## Exercise directions:
Find every line below with the word "amount" in it, and copy each one.
(Data for this task)
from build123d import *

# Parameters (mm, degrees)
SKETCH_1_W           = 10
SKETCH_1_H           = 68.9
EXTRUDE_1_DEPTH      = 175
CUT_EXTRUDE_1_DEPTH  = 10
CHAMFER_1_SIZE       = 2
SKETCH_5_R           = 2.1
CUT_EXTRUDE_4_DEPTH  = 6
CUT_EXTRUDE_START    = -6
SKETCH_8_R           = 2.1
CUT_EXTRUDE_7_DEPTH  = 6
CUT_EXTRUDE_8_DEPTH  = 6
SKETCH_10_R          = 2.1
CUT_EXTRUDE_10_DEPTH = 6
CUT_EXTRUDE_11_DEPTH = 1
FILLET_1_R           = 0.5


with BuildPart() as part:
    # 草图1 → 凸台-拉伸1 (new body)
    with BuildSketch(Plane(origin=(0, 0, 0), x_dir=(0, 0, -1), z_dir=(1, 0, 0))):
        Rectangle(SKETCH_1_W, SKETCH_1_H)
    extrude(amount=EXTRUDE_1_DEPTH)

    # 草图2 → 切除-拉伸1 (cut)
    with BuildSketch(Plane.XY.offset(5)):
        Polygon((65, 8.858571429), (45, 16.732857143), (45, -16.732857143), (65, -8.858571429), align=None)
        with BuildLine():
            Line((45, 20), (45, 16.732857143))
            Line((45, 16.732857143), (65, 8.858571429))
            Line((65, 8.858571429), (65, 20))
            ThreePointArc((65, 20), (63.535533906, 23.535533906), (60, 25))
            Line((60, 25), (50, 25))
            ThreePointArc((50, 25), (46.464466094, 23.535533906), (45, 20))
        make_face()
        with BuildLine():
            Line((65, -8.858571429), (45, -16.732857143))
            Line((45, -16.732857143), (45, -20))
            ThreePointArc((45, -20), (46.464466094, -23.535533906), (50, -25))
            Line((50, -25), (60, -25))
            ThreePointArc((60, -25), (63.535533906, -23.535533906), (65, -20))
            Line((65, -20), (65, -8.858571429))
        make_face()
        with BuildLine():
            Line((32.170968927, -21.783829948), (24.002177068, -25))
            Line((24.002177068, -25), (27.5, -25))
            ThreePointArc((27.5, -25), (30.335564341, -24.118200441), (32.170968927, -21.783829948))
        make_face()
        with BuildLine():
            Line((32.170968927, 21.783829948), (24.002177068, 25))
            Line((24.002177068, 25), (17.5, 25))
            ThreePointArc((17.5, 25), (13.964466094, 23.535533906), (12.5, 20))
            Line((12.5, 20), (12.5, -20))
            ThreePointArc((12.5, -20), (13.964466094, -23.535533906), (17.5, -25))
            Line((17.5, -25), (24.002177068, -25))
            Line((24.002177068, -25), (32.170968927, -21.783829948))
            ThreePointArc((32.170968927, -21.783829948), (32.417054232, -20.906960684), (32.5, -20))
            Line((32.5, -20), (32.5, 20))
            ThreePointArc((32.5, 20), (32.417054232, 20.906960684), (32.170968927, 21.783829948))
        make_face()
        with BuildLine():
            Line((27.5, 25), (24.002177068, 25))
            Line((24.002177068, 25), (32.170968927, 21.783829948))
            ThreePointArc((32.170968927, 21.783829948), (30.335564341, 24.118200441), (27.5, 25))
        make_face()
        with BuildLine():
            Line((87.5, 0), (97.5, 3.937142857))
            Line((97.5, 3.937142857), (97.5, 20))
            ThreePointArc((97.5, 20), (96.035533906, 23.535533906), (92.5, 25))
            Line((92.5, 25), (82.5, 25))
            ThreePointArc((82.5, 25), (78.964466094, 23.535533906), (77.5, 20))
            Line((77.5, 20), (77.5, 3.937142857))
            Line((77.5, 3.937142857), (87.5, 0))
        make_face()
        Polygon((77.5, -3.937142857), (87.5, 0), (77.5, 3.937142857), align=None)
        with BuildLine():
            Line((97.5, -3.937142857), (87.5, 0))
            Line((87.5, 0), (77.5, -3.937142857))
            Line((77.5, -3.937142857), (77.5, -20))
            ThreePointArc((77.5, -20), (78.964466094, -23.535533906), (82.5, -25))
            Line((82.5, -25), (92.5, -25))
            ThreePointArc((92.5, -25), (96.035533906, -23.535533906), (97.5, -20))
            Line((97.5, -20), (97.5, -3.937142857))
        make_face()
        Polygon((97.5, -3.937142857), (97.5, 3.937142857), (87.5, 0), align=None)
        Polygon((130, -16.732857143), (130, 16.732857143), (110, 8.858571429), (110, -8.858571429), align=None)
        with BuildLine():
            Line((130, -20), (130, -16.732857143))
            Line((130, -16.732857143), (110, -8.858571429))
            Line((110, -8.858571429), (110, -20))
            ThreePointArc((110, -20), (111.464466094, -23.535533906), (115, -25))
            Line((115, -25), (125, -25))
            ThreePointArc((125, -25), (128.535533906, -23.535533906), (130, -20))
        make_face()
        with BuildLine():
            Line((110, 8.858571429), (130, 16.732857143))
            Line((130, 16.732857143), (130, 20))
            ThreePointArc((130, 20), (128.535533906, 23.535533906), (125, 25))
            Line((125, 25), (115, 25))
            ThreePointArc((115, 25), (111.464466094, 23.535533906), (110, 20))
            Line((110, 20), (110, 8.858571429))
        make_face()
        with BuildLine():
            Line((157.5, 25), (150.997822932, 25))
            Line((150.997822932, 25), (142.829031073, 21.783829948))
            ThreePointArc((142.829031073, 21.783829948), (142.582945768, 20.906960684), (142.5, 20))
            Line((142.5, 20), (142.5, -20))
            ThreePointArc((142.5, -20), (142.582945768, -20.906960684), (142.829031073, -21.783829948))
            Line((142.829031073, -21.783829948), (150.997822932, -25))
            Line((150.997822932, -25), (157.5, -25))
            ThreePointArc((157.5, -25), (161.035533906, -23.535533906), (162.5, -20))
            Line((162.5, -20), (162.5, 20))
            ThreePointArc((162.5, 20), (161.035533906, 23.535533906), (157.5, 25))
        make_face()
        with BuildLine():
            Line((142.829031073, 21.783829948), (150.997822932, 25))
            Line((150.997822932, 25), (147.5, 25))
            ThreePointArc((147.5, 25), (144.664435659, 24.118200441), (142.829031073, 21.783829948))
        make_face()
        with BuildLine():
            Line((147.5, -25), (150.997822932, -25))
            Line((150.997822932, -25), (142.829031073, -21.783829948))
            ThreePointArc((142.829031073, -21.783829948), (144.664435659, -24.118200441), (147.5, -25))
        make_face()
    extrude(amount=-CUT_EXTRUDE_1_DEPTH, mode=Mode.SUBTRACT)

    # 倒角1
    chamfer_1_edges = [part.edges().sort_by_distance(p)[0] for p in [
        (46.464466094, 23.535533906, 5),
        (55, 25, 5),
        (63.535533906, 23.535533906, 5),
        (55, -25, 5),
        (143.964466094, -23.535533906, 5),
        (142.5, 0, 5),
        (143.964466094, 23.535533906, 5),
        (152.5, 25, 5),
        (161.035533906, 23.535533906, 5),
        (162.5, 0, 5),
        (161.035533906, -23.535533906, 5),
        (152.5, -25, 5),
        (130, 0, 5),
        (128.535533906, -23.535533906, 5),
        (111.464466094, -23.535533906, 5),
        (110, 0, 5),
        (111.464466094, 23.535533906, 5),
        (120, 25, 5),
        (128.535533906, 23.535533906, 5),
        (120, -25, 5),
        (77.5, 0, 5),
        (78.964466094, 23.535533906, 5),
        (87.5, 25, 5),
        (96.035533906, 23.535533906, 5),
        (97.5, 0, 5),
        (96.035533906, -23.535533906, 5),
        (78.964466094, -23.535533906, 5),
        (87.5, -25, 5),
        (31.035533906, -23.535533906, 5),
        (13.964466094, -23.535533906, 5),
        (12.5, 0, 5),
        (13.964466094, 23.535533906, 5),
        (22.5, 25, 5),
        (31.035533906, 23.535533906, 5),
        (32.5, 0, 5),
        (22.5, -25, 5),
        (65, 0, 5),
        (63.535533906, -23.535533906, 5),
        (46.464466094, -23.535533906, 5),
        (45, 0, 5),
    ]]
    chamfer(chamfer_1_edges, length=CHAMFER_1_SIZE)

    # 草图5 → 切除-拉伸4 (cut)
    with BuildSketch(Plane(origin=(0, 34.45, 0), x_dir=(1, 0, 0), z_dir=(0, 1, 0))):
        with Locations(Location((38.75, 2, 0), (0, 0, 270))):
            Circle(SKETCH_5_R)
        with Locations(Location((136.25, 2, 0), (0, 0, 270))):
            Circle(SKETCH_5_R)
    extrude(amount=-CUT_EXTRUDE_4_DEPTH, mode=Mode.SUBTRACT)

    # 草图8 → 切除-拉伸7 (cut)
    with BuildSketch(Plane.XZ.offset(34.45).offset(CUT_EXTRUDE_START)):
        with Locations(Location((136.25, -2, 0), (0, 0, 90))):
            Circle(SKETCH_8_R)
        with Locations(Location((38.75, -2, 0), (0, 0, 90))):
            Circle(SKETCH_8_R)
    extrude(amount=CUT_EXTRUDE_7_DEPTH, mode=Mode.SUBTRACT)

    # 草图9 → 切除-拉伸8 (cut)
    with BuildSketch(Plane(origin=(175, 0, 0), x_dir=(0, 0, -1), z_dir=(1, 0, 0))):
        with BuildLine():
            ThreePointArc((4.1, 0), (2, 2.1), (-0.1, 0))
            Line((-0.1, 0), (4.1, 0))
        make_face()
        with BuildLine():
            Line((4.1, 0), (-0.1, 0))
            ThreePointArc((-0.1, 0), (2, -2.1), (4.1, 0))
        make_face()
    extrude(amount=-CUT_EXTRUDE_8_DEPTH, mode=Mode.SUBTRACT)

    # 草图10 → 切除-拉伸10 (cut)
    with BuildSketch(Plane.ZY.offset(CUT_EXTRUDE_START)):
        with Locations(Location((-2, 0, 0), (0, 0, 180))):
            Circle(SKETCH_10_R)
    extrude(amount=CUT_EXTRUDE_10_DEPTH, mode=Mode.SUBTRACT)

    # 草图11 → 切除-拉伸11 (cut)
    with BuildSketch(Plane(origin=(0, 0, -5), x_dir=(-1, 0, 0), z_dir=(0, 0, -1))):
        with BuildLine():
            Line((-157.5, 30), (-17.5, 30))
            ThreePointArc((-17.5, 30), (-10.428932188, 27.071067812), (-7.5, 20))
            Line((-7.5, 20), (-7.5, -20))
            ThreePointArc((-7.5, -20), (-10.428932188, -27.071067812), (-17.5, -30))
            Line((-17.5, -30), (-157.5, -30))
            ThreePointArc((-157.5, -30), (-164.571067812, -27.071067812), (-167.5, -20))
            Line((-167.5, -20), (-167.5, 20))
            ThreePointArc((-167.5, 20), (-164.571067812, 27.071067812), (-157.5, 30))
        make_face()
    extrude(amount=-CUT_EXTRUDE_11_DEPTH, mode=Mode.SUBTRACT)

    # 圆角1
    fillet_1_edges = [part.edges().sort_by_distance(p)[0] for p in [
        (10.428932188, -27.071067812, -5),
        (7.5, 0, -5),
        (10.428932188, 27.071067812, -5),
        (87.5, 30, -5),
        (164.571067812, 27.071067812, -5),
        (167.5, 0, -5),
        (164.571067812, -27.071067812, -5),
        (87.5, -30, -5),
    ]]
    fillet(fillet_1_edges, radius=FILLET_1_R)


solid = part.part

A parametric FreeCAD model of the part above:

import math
import FreeCAD as App
import Part
import Sketcher

V = App.Vector


def edges_at(feature, points):
    """Names of the edges that pass closest to the given points."""
    edges = feature.Shape.Edges
    near = lambda p: min(range(len(edges)), key=lambda i: edges[i].distToShape(Part.Vertex(*p))[0])
    return sorted({f"Edge{near(p) + 1}" for p in points})

doc = App.newDocument("Part")
body = doc.addObject("PartDesign::Body", "Body")

sketch1 = body.newObject("Sketcher::SketchObject", "Sketch")
sketch1.AttachmentSupport = (doc.getObject("YZ_Plane"), [""])
sketch1.MapMode = "FlatFace"
sketch1.addGeometry(Part.LineSegment(V(34, 5, 0), V(-34, 5, 0)), False)
sketch1.addGeometry(Part.LineSegment(V(-34, 5, 0), V(-34, -5, 0)), False)
sketch1.addGeometry(Part.LineSegment(V(-34, -5, 0), V(34, -5, 0)), False)
sketch1.addGeometry(Part.LineSegment(V(34, -5, 0), V(34, 5, 0)), False)
sketch1.addConstraint(Sketcher.Constraint("Coincident", 0, 2, 1, 1))
sketch1.addConstraint(Sketcher.Constraint("Coincident", 1, 2, 2, 1))
sketch1.addConstraint(Sketcher.Constraint("Coincident", 2, 2, 3, 1))
sketch1.addConstraint(Sketcher.Constraint("Coincident", 3, 2, 0, 1))
sketch1.addConstraint(Sketcher.Constraint("Horizontal", 0))
sketch1.addConstraint(Sketcher.Constraint("Vertical", 1))
sketch1.addConstraint(Sketcher.Constraint("Horizontal", 2))
sketch1.addConstraint(Sketcher.Constraint("Vertical", 3))
sketch1.addConstraint(Sketcher.Constraint("Symmetric", 0, 2, 2, 2, -1, 1))
sketch1.addConstraint(Sketcher.Constraint("DistanceY", 1, 2, 1, 1, 10.0))
sketch1.addConstraint(Sketcher.Constraint("DistanceX", 0, 2, 0, 1, 68.9))
pad1 = body.newObject("PartDesign::Pad", "Pad")
pad1.Profile = sketch1
pad1.Length = 175

sketch2 = body.newObject("Sketcher::SketchObject", "Sketch001")
sketch2.AttachmentSupport = (doc.getObject("XY_Plane"), [""])
sketch2.MapMode = "FlatFace"
sketch2.AttachmentOffset = App.Placement(V(0, 0, 5), App.Rotation())
sketch2.addGeometry(Part.ArcOfCircle(Part.Circle(V(60, 20, 0), V(0, 0, 1), 5), math.radians(0), math.radians(90)), False)
sketch2.addGeometry(Part.LineSegment(V(60, 25, 0), V(50, 25, 0)), False)
sketch2.addGeometry(Part.ArcOfCircle(Part.Circle(V(50, 20, 0), V(0, 0, 1), 5), math.radians(90), math.radians(180)), False)
sketch2.addGeometry(Part.LineSegment(V(45, 20, 0), V(45, -20, 0)), False)
sketch2.addGeometry(Part.ArcOfCircle(Part.Circle(V(50, -20, 0), V(0, 0, 1), 5), math.radians(180), math.radians(270)), False)
sketch2.addGeometry(Part.LineSegment(V(50, -25, 0), V(60, -25, 0)), False)
sketch2.addGeometry(Part.ArcOfCircle(Part.Circle(V(60, -20, 0), V(0, 0, 1), 5), math.radians(-90), math.radians(0)), False)
sketch2.addGeometry(Part.LineSegment(V(65, -20, 0), V(65, 20, 0)), False)
sketch2.addGeometry(Part.ArcOfCircle(Part.Circle(V(27.5, -20, 0), V(0, 0, 1), 5), math.radians(-90), math.radians(-21)), False)
sketch2.addGeometry(Part.ArcOfCircle(Part.Circle(V(27.5, -20, 0), V(0, 0, 1), 5), math.radians(-21), math.radians(0)), False)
(End Data for this task)
## Answer box:
    extrude(amount=EXTRUDE_1_DEPTH)
    extrude(amount=-CUT_EXTRUDE_1_DEPTH, mode=Mode.SUBTRACT)
    extrude(amount=-CUT_EXTRUDE_4_DEPTH, mode=Mode.SUBTRACT)
    extrude(amount=CUT_EXTRUDE_7_DEPTH, mode=Mode.SUBTRACT)
    extrude(amount=-CUT_EXTRUDE_8_DEPTH, mode=Mode.SUBTRACT)
    extrude(amount=CUT_EXTRUDE_10_DEPTH, mode=Mode.SUBTRACT)
    extrude(amount=-CUT_EXTRUDE_11_DEPTH, mode=Mode.SUBTRACT)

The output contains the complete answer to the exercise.